HOW TO COMPLETE THIS TASK:
Collect all lines from the records below that include the word "BuildSketch".

──────── RECORDS SUPPLIED

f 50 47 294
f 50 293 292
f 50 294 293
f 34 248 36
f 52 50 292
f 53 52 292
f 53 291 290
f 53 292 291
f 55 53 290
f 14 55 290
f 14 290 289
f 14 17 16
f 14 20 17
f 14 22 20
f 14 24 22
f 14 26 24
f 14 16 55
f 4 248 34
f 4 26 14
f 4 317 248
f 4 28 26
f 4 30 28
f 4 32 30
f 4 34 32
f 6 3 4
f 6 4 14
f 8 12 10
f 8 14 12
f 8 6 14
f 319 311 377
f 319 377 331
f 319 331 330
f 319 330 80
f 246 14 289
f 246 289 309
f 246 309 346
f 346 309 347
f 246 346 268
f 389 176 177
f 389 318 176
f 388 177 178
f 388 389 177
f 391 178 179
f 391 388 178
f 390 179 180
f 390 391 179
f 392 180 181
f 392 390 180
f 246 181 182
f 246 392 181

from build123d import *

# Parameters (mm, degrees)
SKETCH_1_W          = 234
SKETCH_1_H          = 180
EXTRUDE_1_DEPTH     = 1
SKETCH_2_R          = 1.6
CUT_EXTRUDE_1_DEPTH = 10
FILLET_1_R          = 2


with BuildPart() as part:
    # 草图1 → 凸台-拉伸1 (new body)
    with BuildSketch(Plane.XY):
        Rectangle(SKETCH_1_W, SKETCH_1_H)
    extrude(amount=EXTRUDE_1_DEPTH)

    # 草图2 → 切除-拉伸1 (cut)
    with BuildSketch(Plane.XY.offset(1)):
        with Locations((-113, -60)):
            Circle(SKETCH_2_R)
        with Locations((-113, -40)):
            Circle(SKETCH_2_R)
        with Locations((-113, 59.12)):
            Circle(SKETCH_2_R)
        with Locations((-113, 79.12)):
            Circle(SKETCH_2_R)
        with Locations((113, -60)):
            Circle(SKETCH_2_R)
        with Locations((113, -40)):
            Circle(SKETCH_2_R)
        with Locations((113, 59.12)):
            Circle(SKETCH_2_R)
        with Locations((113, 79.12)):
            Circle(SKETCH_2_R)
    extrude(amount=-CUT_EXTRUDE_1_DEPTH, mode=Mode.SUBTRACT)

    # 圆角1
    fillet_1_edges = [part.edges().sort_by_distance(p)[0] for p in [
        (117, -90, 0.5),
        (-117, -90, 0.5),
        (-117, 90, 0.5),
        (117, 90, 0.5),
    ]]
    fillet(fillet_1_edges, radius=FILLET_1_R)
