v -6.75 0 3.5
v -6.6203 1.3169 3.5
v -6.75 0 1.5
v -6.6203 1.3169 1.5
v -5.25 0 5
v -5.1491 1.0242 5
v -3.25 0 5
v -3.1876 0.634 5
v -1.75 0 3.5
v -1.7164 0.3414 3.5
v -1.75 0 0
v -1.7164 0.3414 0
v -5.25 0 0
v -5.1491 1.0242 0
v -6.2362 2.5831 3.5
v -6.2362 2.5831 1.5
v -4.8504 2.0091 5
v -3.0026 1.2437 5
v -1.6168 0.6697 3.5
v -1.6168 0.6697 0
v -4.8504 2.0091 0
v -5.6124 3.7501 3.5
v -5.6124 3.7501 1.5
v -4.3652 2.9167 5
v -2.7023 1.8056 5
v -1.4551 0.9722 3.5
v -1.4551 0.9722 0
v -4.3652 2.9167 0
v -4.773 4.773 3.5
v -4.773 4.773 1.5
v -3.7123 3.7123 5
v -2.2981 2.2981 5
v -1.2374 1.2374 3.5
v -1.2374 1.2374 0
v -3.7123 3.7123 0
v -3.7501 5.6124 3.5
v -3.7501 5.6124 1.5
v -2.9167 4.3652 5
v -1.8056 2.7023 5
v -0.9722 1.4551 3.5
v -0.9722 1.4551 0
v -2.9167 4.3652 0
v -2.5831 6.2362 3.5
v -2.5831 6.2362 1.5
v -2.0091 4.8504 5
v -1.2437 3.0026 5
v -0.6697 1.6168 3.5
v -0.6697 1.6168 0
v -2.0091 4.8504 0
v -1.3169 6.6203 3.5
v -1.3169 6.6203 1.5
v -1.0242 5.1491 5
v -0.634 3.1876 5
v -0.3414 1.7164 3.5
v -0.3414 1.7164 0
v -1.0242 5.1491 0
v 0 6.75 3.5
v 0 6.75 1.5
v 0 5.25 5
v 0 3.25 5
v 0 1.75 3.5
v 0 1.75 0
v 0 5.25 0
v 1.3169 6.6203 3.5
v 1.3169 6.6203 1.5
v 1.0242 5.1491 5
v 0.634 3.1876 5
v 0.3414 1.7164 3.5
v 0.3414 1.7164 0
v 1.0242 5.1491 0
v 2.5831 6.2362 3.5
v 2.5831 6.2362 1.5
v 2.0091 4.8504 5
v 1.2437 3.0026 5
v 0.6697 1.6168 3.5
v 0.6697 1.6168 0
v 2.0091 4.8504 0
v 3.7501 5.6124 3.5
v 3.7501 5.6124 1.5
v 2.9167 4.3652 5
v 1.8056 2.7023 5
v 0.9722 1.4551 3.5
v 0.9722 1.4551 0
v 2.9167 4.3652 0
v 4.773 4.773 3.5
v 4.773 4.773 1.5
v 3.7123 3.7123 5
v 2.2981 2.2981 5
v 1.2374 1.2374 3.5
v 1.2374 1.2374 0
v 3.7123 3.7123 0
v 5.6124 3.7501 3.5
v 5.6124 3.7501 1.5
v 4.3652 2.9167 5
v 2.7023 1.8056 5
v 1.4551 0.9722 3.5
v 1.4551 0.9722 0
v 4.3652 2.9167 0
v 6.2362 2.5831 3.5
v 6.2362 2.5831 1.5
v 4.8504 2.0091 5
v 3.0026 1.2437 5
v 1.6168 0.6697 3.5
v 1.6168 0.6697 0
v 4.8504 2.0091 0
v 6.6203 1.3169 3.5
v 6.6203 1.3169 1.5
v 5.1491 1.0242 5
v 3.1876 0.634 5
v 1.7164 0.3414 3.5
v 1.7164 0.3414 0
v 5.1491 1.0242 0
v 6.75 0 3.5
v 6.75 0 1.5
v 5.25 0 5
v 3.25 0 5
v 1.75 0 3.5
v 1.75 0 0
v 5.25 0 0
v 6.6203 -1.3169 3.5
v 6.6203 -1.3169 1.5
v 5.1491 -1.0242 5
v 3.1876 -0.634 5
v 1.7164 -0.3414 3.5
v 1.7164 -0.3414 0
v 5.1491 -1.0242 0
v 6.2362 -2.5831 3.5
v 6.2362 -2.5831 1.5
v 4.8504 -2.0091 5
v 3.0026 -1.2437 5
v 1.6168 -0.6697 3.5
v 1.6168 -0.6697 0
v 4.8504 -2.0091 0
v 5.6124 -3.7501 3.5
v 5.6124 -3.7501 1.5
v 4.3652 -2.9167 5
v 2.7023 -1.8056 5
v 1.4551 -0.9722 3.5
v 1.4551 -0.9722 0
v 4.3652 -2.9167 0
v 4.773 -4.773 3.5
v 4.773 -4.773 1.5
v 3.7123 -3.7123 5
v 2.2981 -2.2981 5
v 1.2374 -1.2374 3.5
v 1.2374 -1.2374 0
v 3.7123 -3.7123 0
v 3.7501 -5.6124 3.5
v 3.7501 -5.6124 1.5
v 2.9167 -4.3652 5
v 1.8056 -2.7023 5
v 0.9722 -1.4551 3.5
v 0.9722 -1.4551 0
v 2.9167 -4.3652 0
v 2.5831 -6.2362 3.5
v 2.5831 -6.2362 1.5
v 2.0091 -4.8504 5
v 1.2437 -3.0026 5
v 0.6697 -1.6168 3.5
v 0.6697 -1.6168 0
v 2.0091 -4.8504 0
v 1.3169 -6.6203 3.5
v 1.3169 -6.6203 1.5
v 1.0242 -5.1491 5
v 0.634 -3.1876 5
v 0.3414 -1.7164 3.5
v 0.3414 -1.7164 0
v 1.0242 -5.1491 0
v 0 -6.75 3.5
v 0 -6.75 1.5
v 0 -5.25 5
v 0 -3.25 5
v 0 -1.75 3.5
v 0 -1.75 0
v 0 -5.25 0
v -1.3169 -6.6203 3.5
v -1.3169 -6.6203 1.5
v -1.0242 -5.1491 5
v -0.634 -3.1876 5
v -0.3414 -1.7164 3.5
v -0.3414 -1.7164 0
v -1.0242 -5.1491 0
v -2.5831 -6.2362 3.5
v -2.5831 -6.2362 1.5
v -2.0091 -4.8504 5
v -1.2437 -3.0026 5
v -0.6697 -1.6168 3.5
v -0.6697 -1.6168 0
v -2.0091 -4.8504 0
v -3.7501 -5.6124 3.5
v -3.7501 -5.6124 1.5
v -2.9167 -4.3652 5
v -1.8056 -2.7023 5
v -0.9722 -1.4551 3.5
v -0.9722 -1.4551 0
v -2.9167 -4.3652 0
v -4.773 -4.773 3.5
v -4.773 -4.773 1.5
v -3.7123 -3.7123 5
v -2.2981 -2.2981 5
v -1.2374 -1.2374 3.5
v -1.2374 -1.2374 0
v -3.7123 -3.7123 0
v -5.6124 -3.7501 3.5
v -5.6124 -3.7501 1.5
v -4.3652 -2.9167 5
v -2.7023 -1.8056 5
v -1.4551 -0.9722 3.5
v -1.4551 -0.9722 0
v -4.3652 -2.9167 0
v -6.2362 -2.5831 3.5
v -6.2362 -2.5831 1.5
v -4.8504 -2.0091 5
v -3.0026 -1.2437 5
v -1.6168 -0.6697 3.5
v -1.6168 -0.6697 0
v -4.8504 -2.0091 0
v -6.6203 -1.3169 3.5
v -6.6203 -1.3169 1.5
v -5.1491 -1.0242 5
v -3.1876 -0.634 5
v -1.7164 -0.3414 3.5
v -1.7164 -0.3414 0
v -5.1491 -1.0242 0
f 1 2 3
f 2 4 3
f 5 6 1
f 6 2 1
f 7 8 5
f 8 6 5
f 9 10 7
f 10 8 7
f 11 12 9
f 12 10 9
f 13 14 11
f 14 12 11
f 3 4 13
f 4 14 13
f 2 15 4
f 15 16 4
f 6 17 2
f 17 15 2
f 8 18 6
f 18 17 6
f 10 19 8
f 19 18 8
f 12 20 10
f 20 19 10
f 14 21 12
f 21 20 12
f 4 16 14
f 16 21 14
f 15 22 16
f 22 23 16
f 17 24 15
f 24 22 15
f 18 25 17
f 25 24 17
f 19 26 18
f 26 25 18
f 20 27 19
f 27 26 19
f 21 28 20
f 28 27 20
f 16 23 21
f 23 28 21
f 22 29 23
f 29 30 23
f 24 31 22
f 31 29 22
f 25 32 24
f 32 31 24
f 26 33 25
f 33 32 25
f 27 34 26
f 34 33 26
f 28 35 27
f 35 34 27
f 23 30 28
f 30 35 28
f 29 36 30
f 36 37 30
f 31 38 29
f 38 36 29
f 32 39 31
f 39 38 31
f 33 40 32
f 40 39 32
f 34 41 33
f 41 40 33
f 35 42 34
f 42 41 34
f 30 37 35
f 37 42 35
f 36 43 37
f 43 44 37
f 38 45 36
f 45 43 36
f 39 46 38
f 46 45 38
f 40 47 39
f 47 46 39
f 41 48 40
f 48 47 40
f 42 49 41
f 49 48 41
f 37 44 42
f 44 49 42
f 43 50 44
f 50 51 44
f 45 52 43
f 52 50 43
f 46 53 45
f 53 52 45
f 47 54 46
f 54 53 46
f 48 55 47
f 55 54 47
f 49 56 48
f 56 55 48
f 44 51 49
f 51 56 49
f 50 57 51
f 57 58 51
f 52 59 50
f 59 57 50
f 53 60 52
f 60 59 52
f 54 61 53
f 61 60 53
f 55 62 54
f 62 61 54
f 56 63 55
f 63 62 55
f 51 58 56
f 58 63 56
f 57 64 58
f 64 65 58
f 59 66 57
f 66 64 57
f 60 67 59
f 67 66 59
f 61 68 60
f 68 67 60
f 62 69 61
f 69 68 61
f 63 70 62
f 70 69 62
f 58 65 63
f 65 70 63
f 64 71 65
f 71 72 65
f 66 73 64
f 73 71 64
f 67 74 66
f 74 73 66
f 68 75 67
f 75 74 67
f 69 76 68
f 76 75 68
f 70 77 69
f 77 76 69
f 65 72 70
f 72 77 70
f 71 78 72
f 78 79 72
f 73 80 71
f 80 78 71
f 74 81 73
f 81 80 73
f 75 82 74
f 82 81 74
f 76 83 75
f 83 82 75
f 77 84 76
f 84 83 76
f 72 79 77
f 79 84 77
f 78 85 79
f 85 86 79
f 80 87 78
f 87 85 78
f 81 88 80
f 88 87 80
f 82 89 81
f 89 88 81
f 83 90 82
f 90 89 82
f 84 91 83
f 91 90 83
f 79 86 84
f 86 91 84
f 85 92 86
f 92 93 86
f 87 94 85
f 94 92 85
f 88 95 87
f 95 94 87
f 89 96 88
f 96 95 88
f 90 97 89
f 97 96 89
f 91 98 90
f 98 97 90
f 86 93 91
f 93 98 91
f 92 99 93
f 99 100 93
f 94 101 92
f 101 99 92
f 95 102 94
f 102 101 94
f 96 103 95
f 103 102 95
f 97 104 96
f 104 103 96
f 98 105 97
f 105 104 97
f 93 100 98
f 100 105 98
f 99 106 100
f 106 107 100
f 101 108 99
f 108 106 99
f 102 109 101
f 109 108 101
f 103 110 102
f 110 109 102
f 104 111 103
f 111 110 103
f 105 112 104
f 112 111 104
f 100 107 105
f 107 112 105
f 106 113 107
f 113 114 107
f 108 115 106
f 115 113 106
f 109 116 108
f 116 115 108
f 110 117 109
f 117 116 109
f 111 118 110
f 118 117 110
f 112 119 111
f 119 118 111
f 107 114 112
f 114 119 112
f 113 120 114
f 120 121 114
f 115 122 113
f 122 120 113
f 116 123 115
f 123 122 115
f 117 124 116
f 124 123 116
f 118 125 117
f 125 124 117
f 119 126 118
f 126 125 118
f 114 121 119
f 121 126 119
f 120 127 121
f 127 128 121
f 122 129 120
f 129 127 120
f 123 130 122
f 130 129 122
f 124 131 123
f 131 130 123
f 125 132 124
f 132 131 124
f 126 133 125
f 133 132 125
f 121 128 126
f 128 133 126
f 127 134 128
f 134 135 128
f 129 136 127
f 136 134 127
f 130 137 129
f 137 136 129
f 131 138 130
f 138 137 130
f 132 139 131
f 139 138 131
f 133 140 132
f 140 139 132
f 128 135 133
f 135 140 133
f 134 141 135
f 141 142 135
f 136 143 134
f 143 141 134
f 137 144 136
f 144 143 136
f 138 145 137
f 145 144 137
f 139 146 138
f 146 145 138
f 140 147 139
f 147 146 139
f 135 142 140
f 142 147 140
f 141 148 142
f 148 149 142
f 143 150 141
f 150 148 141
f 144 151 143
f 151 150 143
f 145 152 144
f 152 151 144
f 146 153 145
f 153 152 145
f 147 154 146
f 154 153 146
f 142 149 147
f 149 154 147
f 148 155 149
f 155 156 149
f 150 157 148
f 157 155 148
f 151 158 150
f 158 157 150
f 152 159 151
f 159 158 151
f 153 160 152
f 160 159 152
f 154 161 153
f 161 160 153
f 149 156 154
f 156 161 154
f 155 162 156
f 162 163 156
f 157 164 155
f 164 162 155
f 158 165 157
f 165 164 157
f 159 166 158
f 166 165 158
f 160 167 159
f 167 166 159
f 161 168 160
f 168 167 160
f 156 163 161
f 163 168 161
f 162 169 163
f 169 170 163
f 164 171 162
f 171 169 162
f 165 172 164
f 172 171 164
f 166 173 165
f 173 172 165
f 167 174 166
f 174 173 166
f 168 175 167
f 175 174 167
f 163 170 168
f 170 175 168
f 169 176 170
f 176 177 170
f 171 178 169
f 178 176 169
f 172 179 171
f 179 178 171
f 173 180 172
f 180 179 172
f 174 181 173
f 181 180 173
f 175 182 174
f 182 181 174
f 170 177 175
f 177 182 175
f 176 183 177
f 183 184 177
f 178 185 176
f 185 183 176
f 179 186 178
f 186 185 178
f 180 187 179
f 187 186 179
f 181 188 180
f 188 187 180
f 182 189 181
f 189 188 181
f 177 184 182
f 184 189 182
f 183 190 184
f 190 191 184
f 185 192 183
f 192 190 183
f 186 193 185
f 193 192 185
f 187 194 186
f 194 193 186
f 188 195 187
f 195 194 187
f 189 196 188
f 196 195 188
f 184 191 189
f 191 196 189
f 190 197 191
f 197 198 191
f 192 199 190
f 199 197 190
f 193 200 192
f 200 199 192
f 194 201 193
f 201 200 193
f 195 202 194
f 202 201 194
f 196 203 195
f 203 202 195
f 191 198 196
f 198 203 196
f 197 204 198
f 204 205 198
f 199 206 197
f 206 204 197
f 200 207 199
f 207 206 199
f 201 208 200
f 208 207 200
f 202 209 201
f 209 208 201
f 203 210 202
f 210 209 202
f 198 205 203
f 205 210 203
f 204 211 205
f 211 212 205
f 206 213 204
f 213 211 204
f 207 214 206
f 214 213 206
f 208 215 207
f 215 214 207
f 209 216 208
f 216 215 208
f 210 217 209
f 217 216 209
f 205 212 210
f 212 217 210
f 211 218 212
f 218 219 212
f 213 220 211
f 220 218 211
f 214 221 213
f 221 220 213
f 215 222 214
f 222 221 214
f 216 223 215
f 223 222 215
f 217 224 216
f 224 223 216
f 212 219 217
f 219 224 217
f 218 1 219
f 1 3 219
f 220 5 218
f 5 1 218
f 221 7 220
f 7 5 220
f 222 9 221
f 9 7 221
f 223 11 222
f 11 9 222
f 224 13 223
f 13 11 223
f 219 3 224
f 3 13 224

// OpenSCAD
$fn = 32;

// ----------------------------------------------------------------------
// Form washer: chamfered washer, 13.5 mm outside, 3.5 mm bore
// ----------------------------------------------------------------------

// --- parameters (mm) ---
revolve_angle = 360;      // full turn around the Z axis
profile_points = 7;       // points of the closed outline

profile = [[1.75, 0], [5.25, 0], [6.75, 1.5], [6.75, 3.5], [5.25, 5], [3.25, 5], [1.75, 3.5]];  // single closed polygon, 7 points, counter clockwise

// --- the one profile operation ---
rotate_extrude(angle = revolve_angle) polygon(points = profile);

────────────────

EXERCISE ANSWER:
    with BuildSketch(Plane.XY):
    with BuildSketch(Plane.XY.offset(1)):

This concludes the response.